LE INTERCETTAZIONI – Parole che peseranno come macigni nella ricostruzione dei fatti, esattamente come le registrazioni delle conversazioni tra agenti e centrale che dimostrerebbero i tentativi di depistaggio delle indagini. «Abbiamo avuto una lotta di mezz’ora con questo. Cioè l’abbiamo bastonato di brutto. Solo che adesso è svenuto, mezzo morto, non so, svenuto…», diceva uno dei poliziotti poco dopo l’aggressione a Federico. «Sto tirando un po’ il fiato, perché, sai, dopo mezz’ora così… Niente… il fatto è questo, adesso arriva l’ambulanza, vediamo un po’…». Dopo poco arriva alla centrale un’altra telefonata. Un poliziotto dice: «Carlo, questo è morto… chiama un funzionario e chiedigli se può venire». Le perizie mediche e gli esami tossicologici, che smentiranno la versione della polizia, completeranno poi il quadro probatorio che ha condotto all’accertamento della responsabilità dei quattro agenti condannati. «La condotta posta in essere dagli agenti fu sproporzionatamente violenta e repressiva. I poliziotti sferrarono numerosi colpi contro l’Aldrovandi, non curanti delle invocazioni di aiuto provenienti dal giovane», recita la sentenza.

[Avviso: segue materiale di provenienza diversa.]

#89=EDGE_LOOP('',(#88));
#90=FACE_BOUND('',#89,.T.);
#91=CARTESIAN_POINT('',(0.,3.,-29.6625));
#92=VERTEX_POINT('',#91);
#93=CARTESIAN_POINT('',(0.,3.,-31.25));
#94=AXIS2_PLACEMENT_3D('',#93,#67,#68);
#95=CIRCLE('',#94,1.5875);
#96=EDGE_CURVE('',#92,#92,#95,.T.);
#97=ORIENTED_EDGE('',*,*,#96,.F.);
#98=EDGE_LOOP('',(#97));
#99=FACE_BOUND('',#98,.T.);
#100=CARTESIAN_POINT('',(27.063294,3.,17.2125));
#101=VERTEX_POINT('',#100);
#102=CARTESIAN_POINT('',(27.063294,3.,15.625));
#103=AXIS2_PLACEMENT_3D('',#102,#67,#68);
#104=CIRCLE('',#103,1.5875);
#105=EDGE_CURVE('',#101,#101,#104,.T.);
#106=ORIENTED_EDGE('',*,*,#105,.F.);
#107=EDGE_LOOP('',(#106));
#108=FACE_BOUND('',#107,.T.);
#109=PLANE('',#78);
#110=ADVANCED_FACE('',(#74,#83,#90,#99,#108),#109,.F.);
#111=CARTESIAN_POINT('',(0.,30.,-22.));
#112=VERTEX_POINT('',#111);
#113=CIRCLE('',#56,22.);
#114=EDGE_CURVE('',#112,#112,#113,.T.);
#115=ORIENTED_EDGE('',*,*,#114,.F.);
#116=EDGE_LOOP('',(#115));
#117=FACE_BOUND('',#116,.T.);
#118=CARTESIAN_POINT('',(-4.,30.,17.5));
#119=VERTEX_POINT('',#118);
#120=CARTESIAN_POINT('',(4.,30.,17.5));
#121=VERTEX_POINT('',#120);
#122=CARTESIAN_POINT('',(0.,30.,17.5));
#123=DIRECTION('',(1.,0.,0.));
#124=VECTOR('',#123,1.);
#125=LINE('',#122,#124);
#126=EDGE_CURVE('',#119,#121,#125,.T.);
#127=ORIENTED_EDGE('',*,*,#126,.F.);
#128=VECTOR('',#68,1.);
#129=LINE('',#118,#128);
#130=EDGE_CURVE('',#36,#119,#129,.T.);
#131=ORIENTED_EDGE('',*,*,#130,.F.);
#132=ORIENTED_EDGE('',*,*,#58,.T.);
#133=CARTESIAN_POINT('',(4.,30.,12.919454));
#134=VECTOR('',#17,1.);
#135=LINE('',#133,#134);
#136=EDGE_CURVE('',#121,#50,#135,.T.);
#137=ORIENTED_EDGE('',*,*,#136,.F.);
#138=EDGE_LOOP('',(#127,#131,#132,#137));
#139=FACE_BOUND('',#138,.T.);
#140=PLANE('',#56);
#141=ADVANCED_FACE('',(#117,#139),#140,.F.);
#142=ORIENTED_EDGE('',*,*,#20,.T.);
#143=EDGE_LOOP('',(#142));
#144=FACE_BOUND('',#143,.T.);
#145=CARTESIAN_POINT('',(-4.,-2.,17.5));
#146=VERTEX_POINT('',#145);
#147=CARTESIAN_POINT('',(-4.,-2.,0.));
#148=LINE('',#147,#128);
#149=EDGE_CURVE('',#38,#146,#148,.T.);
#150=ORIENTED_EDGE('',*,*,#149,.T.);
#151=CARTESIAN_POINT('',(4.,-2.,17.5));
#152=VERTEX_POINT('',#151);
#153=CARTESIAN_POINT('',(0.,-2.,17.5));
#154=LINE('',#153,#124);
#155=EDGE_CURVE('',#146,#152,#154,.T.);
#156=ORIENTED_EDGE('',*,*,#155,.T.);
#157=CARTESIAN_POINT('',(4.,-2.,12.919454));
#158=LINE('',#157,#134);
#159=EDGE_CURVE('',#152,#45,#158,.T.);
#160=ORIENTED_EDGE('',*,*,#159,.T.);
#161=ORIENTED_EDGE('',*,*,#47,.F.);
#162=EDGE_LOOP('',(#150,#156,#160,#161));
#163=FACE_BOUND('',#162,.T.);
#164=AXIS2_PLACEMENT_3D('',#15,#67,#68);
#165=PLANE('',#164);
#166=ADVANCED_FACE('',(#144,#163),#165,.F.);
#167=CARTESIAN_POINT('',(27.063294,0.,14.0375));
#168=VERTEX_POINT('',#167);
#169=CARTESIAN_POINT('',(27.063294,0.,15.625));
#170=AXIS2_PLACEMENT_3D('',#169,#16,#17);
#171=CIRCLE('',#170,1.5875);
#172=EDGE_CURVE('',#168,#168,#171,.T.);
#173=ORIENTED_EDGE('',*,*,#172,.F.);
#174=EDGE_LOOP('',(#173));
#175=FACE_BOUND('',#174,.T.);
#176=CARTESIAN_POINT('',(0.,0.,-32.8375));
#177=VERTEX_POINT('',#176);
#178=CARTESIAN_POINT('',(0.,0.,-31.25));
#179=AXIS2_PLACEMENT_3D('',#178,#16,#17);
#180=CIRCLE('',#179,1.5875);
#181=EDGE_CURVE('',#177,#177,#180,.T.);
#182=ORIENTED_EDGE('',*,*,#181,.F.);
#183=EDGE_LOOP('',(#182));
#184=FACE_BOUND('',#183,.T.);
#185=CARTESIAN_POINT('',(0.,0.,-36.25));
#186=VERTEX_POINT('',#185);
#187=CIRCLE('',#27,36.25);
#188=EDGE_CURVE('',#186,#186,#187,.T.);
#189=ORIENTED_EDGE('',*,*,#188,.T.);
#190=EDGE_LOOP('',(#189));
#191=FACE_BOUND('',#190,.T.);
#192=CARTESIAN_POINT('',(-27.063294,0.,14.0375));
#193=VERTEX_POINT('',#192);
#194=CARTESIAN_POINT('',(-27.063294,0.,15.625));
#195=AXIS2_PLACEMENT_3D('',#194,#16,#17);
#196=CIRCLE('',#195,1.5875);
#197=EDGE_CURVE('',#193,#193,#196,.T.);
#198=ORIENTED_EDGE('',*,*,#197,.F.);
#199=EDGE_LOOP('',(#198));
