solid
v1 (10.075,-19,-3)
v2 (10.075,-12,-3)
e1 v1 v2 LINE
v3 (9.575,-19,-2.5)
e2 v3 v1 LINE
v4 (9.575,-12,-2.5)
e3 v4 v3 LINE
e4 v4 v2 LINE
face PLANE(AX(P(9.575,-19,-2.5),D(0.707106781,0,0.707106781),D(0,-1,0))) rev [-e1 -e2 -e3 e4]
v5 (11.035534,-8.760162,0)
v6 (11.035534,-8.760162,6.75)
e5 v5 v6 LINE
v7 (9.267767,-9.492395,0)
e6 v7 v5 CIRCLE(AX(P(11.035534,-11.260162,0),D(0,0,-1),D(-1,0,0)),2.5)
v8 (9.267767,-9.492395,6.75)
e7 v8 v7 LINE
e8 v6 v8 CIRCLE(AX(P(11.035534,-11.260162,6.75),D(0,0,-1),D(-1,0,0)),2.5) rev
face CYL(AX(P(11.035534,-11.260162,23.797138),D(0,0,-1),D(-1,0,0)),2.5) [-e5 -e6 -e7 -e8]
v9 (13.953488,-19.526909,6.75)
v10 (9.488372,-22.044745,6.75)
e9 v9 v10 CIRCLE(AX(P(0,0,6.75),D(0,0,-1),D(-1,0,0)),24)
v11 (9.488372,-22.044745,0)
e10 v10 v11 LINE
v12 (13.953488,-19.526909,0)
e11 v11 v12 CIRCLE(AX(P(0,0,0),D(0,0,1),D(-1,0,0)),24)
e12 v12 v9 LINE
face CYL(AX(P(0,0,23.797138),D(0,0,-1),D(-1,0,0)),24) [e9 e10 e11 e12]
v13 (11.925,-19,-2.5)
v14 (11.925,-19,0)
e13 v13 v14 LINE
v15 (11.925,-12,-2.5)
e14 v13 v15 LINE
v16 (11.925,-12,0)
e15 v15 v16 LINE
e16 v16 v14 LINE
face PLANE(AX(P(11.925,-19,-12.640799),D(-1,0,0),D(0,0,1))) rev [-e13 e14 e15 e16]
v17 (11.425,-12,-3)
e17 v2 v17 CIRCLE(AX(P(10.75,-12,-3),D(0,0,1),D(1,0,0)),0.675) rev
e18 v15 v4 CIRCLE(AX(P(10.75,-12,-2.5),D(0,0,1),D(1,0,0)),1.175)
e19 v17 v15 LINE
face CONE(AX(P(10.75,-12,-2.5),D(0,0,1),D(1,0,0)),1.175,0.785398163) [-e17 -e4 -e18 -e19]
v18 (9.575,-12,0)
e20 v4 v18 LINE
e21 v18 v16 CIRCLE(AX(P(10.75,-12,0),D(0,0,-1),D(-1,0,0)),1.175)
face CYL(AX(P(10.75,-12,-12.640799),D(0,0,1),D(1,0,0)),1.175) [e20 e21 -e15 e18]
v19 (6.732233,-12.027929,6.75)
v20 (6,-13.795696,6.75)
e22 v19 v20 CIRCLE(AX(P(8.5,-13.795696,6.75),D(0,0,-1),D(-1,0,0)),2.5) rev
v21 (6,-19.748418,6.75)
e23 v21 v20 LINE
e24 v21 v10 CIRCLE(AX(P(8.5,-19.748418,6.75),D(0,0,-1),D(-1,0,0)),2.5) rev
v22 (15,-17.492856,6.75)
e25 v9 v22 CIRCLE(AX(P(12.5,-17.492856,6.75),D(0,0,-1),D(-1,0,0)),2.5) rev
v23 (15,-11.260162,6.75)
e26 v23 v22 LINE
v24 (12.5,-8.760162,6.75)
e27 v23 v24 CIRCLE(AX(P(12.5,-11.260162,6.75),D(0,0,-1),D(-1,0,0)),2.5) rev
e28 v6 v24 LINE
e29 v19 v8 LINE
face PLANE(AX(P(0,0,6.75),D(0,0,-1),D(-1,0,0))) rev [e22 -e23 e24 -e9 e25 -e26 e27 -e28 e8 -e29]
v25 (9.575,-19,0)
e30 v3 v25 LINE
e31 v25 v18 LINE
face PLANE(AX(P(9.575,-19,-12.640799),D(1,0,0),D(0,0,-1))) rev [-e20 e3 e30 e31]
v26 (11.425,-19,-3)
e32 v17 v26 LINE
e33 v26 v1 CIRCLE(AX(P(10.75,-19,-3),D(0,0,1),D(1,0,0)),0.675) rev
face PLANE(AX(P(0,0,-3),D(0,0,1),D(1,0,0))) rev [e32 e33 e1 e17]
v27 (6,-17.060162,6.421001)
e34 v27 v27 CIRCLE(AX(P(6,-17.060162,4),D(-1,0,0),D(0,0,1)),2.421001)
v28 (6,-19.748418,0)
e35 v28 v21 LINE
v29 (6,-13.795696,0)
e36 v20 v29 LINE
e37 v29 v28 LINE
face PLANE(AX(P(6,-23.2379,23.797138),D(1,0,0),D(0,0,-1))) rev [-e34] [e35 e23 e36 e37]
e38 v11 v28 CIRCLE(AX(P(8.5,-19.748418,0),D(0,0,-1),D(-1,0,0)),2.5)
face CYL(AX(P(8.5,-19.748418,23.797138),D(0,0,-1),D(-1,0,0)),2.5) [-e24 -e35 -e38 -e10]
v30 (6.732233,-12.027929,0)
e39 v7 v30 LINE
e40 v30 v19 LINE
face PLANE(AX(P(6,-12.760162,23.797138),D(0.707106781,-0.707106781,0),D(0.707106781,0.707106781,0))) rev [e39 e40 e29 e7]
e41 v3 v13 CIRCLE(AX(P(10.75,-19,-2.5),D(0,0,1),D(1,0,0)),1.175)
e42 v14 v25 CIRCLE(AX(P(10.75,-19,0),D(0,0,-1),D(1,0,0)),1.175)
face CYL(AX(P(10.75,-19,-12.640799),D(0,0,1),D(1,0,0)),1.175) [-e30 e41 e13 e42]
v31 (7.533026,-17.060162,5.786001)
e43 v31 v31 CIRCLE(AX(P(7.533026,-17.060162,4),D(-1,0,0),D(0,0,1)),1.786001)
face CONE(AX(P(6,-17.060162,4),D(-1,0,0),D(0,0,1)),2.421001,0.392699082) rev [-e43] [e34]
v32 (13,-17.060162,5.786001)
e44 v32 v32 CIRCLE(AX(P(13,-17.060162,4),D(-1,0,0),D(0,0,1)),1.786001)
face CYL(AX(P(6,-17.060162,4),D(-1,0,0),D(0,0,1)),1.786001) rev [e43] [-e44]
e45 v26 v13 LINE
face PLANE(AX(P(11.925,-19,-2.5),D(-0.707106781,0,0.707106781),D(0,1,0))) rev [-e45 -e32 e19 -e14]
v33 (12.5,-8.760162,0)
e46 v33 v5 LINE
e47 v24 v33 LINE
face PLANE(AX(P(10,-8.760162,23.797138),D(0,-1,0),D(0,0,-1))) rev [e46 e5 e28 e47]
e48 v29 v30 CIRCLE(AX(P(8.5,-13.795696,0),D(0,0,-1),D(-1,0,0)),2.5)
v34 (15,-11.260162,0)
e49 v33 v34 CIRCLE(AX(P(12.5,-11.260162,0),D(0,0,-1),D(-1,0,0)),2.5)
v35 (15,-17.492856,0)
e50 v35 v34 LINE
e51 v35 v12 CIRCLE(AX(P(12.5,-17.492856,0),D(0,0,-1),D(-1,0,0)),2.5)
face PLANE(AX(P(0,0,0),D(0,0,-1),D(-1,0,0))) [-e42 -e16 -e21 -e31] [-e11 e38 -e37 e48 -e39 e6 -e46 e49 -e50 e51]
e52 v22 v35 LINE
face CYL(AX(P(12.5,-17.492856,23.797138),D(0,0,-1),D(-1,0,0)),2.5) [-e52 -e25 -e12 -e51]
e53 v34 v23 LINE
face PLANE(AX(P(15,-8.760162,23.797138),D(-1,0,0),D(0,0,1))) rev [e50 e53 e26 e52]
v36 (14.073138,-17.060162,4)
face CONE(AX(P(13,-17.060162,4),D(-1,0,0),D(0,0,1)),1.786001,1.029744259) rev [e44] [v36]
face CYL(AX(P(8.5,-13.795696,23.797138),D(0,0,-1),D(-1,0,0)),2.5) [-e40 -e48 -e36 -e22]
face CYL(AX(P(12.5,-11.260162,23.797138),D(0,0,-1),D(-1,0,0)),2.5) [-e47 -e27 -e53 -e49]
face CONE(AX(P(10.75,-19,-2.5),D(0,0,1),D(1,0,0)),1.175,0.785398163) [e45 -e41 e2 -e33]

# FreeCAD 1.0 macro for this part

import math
import FreeCAD as App
import Part
import Sketcher
Q = App.Units.Quantity


def edges_at(feature, points):
    """Names of the edges that pass closest to the given points."""
    edges = feature.Shape.Edges
    near = lambda p: min(range(len(edges)), key=lambda i: edges[i].distToShape(Part.Vertex(*p))[0])
    return sorted({f"Edge{near(p) + 1}" for p in points})

doc = App.newDocument("Part")
params = doc.addObject("Spreadsheet::Sheet", "Params")
for row, (alias, value) in enumerate([
    ("sketch1_radius", "24 mm"),
    ("sketch1_width", "5 mm"),
    ("pad1_length", "6.75 mm"),
    ("fillet_radius", "2.5 mm"),
    ("hole_diameter", "3.572002 mm"),
    ("hole_depth", "7 mm"),
    ("hole_csink_diameter", "4.842002 mm"),
    ("sketch3_height", "7 mm"),
    ("pad2_length", "3 mm"),
    ("chamfer_size", "0.5 mm"),
], start=1):
    params.set(f"A{row}", alias)
    params.set(f"B{row}", "=" + value)
    params.setAlias(f"B{row}", alias)

body = doc.addObject("PartDesign::Body", "Body")

sketch1 = body.newObject("Sketcher::SketchObject", "Sketch")
sketch1.AttachmentSupport = (doc.getObject("XY_Plane"), [""])
sketch1.MapMode = "FlatFace"
sketch1.addGeometry([
    Part.LineSegment(App.Vector(6, -12.760162, 0), App.Vector(6, -23.2379, 0)),
    Part.ArcOfCircle(Part.Circle(App.Vector(0, 0, 0), App.Vector(0, 0, 1), 24), math.radians(-75.522488), math.radians(-51.317813)),
    Part.LineSegment(App.Vector(15, -18.734994, 0), App.Vector(15, -8.760162, 0)),
    Part.LineSegment(App.Vector(15, -8.760162, 0), App.Vector(10, -8.760162, 0)),
    Part.LineSegment(App.Vector(10, -8.760162, 0), App.Vector(6, -12.760162, 0)),
], False)
sketch1.addConstraint([
    Sketcher.Constraint("Coincident", 0, 2, 1, 1),
    Sketcher.Constraint("Coincident", 1, 2, 2, 1),
    Sketcher.Constraint("Coincident", 2, 2, 3, 1),
    Sketcher.Constraint("Coincident", 3, 2, 4, 1),
    Sketcher.Constraint("Coincident", 4, 2, 0, 1),
    Sketcher.Constraint("Vertical", 0),
    Sketcher.Constraint("Vertical", 2),
    Sketcher.Constraint("Horizontal", 3),
    Sketcher.Constraint("Coincident", 1, 3, -1, 1),
    Sketcher.Constraint("Radius", 1, Q("24 mm")),
    Sketcher.Constraint("DistanceX", 3, 2, 3, 1, Q("5 mm")),
    Sketcher.Constraint("Angle", 4, Q("-135 deg")),
    Sketcher.Constraint("DistanceX", -1, 1, 0, 2, Q("6 mm")),
    Sketcher.Constraint("DistanceX", -1, 1, 1, 2, Q("15 mm")),
    Sketcher.Constraint("DistanceY", 0, 2, 0, 1, Q("10.477738 mm")),
])
sketch1.setExpression("Constraints[9]", "Params.sketch1_radius")
sketch1.setExpression("Constraints[10]", "Params.sketch1_width")
pad1 = body.newObject("PartDesign::Pad", "Pad")
pad1.Profile = sketch1
pad1.setExpression("Length", "Params.pad1_length")
doc.recompute()

fillet = body.newObject("PartDesign::Fillet", "Fillet")
fillet.Base = (pad1, edges_at(pad1, [
    (6, -23.238, 3.375),
    (6, -12.76, 3.375),
    (10, -8.76, 3.375),
    (15, -8.76, 3.375),
    (15, -18.735, 3.375),
]))
fillet.setExpression("Radius", "Params.fillet_radius")

sketch2 = body.newObject("Sketcher::SketchObject", "Sketch001")
sketch2.AttachmentSupport = (doc.getObject("YZ_Plane"), [""])
sketch2.MapMode = "FlatFace"
sketch2.AttachmentOffset = App.Placement(App.Vector(0, 0, 6), App.Rotation())
sketch2.addGeometry(Part.Circle(App.Vector(-17.060162, 4, 0), App.Vector(0, 0, 1), 1.786001), False)
sketch2.addConstraint([
    Sketcher.Constraint("Diameter", 0, Q("3.572002 mm")),
    Sketcher.Constraint("DistanceY", -1, 1, 0, 3, Q("4 mm")),
    Sketcher.Constraint("DistanceX", 0, 3, -1, 1, Q("17.060162 mm")),
])
doc.recompute()
hole = body.newObject("PartDesign::Hole", "Hole")
hole.Profile = sketch2
hole.ThreadType = "None"
hole.setExpression("Diameter", "Params.hole_diameter")
hole.DepthType = "Dimension"
hole.setExpression("Depth", "Params.hole_depth")
hole.DrillPoint = "Angled"
hole.DrillPointAngle = 118
hole.HoleCutType = "Countersink"
hole.setExpression("HoleCutDiameter", "Params.hole_csink_diameter")
hole.HoleCutCountersinkAngle = 45
hole.Reversed = True

sketch3 = body.newObject("Sketcher::SketchObject", "Sketch002")
sketch3.AttachmentSupport = (doc.getObject("XY_Plane"), [""])
sketch3.MapMode = "FlatFace"
sketch3.addGeometry([
    Part.LineSegment(App.Vector(9.575, -19, 0), App.Vector(9.575, -12, 0)),
    Part.ArcOfCircle(Part.Circle(App.Vector(10.75, -12, 0), App.Vector(0, 0, 1), 1.175), math.radians(0), math.radians(180)),
    Part.LineSegment(App.Vector(11.925, -12, 0), App.Vector(11.925, -19, 0)),
    Part.ArcOfCircle(Part.Circle(App.Vector(10.75, -19, 0), App.Vector(0, 0, 1), 1.175), math.radians(180), math.radians(360)),
], False)
sketch3.addConstraint([
    Sketcher.Constraint("Tangent", 0, 2, 1, 2),
    Sketcher.Constraint("Tangent", 1, 1, 2, 1),
    Sketcher.Constraint("Tangent", 2, 2, 3, 2),
    Sketcher.Constraint("Tangent", 3, 1, 0, 1),
    Sketcher.Constraint("Vertical", 0),
    Sketcher.Constraint("Vertical", 2),
    Sketcher.Constraint("DistanceY", 0, 1, 0, 2, Q("7 mm")),
    Sketcher.Constraint("DistanceY", 1, 3, -1, 1, Q("12 mm")),
    Sketcher.Constraint("Radius", 1, Q("1.175 mm")),
    Sketcher.Constraint("DistanceX", -1, 1, 1, 3, Q("10.75 mm")),
])
sketch3.setExpression("Constraints[6]", "Params.sketch3_height")
pad2 = body.newObject("PartDesign::Pad", "Pad001")
pad2.Profile = sketch3
pad2.setExpression("Length", "Params.pad2_length")
pad2.Reversed = True
doc.recompute()

chamfer = body.newObject("PartDesign::Chamfer", "Chamfer")
chamfer.Base = (pad2, edges_at(pad2, [
    (11.925, -15.5, -3),
    (10.75, -10.825, -3),
    (9.575, -15.5, -3),
    (10.75, -20.175, -3),
]))
chamfer.setExpression("Size", "Params.chamfer_size")

doc.recompute()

Sentenza che non stupisce i colleghi poliziotti in servizio a Ferrara. «Poteva capitare a tutti», rivela uno degli agenti raggiunto dalle Iene in città in questi giorni. «Di interventi come questo (di Aldrovandi, nda) ne facciamo tutti i giorni», dicono.

 

federico aldrovandi 9

 

ATTENZIONE: LA GALLERY CONTIENE IMMAGINI CHE POTREBBERO URTARE LA VOSTRA SENSIBILITÀ

(Fonte immagini: Le Iene / Italiauno / Mediaset)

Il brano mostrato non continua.